**PROBLEM DESCRIPTION**.
Using the data below, return the stretch from the line that contains "f 153 144 152" through the line that contains "f 213 205 214", both included, exactly as it stands and nothing beyond it.

**Collected data**.
=== Section Start ===
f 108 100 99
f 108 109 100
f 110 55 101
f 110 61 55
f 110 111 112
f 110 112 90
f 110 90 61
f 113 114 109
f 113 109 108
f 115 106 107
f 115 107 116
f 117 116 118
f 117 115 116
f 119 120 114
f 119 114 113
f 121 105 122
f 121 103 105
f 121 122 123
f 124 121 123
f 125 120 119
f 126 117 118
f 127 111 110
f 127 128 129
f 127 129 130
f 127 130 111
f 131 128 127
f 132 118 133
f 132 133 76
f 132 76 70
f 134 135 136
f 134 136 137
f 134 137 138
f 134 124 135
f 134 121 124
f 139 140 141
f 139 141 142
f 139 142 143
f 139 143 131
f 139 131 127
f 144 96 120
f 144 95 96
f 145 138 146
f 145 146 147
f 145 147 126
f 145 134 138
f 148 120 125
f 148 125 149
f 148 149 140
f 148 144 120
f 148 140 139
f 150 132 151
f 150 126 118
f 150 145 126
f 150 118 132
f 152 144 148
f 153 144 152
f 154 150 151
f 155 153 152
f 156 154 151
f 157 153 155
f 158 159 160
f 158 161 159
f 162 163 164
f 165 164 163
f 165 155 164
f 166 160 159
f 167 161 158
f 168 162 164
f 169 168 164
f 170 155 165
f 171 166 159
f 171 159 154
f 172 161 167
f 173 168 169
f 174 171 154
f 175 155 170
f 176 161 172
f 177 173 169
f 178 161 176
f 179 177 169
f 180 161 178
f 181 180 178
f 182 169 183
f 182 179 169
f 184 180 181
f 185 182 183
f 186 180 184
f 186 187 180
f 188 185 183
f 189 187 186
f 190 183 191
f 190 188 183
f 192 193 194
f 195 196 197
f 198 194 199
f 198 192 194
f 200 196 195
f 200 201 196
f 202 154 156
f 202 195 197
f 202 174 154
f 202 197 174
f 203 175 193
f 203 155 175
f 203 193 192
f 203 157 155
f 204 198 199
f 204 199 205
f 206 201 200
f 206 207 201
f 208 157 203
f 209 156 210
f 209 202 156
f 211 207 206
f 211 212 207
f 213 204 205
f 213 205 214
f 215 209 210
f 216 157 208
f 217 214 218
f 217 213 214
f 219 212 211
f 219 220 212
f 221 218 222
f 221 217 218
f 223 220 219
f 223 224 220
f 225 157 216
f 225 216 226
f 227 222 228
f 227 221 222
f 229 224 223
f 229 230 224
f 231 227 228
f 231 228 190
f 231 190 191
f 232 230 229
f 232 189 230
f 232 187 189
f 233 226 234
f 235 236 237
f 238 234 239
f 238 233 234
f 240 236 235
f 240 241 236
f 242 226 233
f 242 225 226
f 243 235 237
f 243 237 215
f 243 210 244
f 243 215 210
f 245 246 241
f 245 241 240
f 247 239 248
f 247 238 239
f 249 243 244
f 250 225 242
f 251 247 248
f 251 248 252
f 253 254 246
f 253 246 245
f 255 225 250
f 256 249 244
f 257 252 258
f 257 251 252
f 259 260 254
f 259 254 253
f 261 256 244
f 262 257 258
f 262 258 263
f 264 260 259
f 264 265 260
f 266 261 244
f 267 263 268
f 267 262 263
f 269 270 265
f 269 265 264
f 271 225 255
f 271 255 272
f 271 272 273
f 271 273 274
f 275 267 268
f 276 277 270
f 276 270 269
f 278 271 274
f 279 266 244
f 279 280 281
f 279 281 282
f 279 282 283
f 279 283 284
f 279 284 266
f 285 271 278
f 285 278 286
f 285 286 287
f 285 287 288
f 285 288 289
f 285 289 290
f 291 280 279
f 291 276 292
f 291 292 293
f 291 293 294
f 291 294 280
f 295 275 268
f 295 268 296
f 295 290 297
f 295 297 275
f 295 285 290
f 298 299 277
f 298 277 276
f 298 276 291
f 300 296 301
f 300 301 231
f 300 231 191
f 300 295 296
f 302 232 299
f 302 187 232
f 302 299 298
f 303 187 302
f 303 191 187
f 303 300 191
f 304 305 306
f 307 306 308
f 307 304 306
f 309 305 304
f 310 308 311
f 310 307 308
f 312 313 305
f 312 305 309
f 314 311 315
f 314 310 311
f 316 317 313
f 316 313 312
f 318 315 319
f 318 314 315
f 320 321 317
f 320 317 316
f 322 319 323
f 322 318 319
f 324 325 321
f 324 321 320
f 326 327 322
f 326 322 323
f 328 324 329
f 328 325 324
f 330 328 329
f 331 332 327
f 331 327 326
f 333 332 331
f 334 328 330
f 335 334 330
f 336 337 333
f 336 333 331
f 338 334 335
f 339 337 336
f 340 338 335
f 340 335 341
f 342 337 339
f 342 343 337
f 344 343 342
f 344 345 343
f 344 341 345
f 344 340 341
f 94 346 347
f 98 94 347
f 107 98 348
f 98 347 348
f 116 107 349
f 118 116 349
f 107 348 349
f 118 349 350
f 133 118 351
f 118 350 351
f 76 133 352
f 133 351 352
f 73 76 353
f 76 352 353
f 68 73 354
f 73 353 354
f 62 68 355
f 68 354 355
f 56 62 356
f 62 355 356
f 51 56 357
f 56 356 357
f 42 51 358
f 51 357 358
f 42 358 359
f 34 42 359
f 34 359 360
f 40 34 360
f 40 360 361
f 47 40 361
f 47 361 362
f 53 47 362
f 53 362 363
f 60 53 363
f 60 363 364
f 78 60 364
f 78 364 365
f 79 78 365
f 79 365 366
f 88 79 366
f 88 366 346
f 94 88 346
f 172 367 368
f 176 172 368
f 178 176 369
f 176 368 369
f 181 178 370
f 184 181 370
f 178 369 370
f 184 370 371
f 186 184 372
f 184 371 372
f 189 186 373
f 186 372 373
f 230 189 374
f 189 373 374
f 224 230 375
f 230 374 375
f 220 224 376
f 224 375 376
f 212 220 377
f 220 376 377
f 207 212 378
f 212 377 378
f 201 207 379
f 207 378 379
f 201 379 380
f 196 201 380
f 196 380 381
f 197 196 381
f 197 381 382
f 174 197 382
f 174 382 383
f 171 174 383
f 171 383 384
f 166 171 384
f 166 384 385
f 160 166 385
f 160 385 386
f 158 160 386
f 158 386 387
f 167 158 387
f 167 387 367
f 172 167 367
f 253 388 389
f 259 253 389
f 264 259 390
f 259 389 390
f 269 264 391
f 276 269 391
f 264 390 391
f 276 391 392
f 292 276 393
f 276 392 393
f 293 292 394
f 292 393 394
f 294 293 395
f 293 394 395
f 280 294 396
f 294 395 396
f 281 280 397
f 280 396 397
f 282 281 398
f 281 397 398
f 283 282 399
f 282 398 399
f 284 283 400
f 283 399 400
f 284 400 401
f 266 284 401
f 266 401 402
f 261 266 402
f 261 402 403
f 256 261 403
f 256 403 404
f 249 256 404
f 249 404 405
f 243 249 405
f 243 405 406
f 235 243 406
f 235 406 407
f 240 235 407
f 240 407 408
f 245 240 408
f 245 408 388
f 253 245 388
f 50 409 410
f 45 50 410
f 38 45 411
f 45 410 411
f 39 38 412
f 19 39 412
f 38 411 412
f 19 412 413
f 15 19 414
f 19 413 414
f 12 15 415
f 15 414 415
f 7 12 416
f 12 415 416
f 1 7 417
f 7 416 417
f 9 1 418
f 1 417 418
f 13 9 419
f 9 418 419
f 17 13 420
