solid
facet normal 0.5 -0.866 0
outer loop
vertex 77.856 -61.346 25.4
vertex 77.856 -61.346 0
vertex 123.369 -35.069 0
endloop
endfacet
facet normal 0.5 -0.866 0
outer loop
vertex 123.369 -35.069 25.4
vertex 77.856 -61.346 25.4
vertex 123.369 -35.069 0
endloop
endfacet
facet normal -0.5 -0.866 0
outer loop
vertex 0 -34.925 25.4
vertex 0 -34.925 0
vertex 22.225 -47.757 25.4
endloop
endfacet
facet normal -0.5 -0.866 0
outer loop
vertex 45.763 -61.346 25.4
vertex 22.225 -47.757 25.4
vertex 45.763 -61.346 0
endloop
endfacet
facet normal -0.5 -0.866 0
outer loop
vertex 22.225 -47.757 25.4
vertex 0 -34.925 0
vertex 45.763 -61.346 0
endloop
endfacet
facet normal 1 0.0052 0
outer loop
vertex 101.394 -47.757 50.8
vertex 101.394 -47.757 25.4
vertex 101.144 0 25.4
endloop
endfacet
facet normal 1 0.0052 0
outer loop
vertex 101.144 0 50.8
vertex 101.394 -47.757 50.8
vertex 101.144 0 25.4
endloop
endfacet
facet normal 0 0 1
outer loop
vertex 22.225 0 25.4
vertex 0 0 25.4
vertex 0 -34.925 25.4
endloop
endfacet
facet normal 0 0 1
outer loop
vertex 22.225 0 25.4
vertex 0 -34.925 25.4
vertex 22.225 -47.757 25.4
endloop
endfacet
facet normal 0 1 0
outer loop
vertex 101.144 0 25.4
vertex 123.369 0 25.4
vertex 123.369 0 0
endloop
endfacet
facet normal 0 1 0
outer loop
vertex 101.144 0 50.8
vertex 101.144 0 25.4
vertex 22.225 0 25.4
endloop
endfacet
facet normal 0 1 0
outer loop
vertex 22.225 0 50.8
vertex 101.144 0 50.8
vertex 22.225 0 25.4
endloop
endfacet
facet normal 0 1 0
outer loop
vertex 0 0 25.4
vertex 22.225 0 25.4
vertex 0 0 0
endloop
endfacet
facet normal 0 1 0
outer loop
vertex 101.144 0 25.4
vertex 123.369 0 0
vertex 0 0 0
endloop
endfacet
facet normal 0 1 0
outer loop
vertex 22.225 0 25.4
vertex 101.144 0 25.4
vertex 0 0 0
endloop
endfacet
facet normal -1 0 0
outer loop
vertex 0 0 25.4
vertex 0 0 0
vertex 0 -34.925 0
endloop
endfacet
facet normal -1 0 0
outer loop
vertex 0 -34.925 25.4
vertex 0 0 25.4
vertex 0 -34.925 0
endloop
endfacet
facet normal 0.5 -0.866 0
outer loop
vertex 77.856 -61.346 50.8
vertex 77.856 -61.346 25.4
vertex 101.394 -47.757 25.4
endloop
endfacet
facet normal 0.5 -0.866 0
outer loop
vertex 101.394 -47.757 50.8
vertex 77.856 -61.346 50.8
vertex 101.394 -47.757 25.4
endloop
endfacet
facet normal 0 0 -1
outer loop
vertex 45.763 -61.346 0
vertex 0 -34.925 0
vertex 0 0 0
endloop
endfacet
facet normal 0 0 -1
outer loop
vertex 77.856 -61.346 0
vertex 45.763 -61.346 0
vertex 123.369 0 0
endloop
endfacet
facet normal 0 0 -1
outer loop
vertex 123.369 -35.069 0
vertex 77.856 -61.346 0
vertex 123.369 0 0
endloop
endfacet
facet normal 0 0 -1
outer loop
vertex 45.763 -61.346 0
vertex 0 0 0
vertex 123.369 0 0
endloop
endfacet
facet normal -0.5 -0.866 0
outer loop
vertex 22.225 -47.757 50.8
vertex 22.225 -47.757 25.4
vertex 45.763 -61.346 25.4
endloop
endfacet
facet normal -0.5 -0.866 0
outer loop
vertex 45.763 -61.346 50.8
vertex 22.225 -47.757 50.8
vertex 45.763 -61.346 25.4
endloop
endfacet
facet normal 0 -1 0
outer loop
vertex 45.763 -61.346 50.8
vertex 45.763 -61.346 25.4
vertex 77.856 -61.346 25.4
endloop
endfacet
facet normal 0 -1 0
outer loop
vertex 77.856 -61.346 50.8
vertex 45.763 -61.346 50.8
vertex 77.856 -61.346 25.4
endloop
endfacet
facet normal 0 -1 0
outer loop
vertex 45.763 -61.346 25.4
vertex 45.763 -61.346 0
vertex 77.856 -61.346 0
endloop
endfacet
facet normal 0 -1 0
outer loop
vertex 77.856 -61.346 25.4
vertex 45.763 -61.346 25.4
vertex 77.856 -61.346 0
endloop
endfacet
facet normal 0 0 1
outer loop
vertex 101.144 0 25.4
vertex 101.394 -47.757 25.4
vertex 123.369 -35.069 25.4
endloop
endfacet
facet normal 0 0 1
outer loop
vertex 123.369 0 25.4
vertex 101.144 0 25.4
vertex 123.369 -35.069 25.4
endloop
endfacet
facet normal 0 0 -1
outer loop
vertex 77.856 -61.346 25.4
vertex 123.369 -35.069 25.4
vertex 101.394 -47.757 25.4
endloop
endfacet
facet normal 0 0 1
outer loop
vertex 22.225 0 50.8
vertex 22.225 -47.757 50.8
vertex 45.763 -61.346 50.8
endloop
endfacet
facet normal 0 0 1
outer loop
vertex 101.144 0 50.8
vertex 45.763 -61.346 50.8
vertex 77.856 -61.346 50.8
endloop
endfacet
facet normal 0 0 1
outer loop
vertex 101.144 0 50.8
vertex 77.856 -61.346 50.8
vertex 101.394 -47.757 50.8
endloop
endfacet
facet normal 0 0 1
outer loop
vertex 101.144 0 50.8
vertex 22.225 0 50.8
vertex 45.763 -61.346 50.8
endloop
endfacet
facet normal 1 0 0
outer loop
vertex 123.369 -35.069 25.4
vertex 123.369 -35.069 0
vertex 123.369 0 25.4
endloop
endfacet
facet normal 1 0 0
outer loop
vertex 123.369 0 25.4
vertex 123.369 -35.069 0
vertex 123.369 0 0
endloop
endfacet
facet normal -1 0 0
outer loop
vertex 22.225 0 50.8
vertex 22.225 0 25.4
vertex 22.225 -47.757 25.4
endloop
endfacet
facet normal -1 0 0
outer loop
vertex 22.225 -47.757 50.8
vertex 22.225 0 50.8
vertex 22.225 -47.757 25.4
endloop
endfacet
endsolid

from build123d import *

# Parameters (mm, degrees)
F1_DEPTH = 25.4
F3_DEPTH = 25.4


with BuildPart() as f1:
    # F0 (on Top) → F1 (new body)
    with BuildSketch(Plane.XY):
        Polygon((22.881487, 0), (0, 0), (0, -34.925), (45.762975, -61.346266), (77.856142, -61.346266), (123.369409, -35.069169), (123.369409, 0), (100.435721, 0), (76.2, 0), (45.762975, 0), align=None)
    extrude(amount=F1_DEPTH)

    # F2 (on face) → F3 (join)
    with BuildSketch(Plane.XY.offset(25.4)):
        Polygon((101.144409, 0), (22.225, 0), (22.225, -47.75661), (45.762975, -61.346266), (77.856142, -61.346266), (101.394116, -47.75661), align=None)
    extrude(amount=F3_DEPTH)


solid = f1.part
=== Section End ===
**REPLY**.
f 153 144 152
f 154 150 151
f 155 153 152
f 156 154 151
f 157 153 155
f 158 159 160
f 158 161 159
f 162 163 164
f 165 164 163
f 165 155 164
f 166 160 159
f 167 161 158
f 168 162 164
f 169 168 164
f 170 155 165
f 171 166 159
f 171 159 154
f 172 161 167
f 173 168 169
f 174 171 154
f 175 155 170
f 176 161 172
f 177 173 169
f 178 161 176
f 179 177 169
f 180 161 178
f 181 180 178
f 182 169 183
f 182 179 169
f 184 180 181
f 185 182 183
f 186 180 184
f 186 187 180
f 188 185 183
f 189 187 186
f 190 183 191
f 190 188 183
f 192 193 194
f 195 196 197
f 198 194 199
f 198 192 194
f 200 196 195
f 200 201 196
f 202 154 156
f 202 195 197
f 202 174 154
f 202 197 174
f 203 175 193
f 203 155 175
f 203 193 192
f 203 157 155
f 204 198 199
f 204 199 205
f 206 201 200
f 206 207 201
f 208 157 203
f 209 156 210
f 209 202 156
f 211 207 206
f 211 212 207
f 213 204 205
f 213 205 214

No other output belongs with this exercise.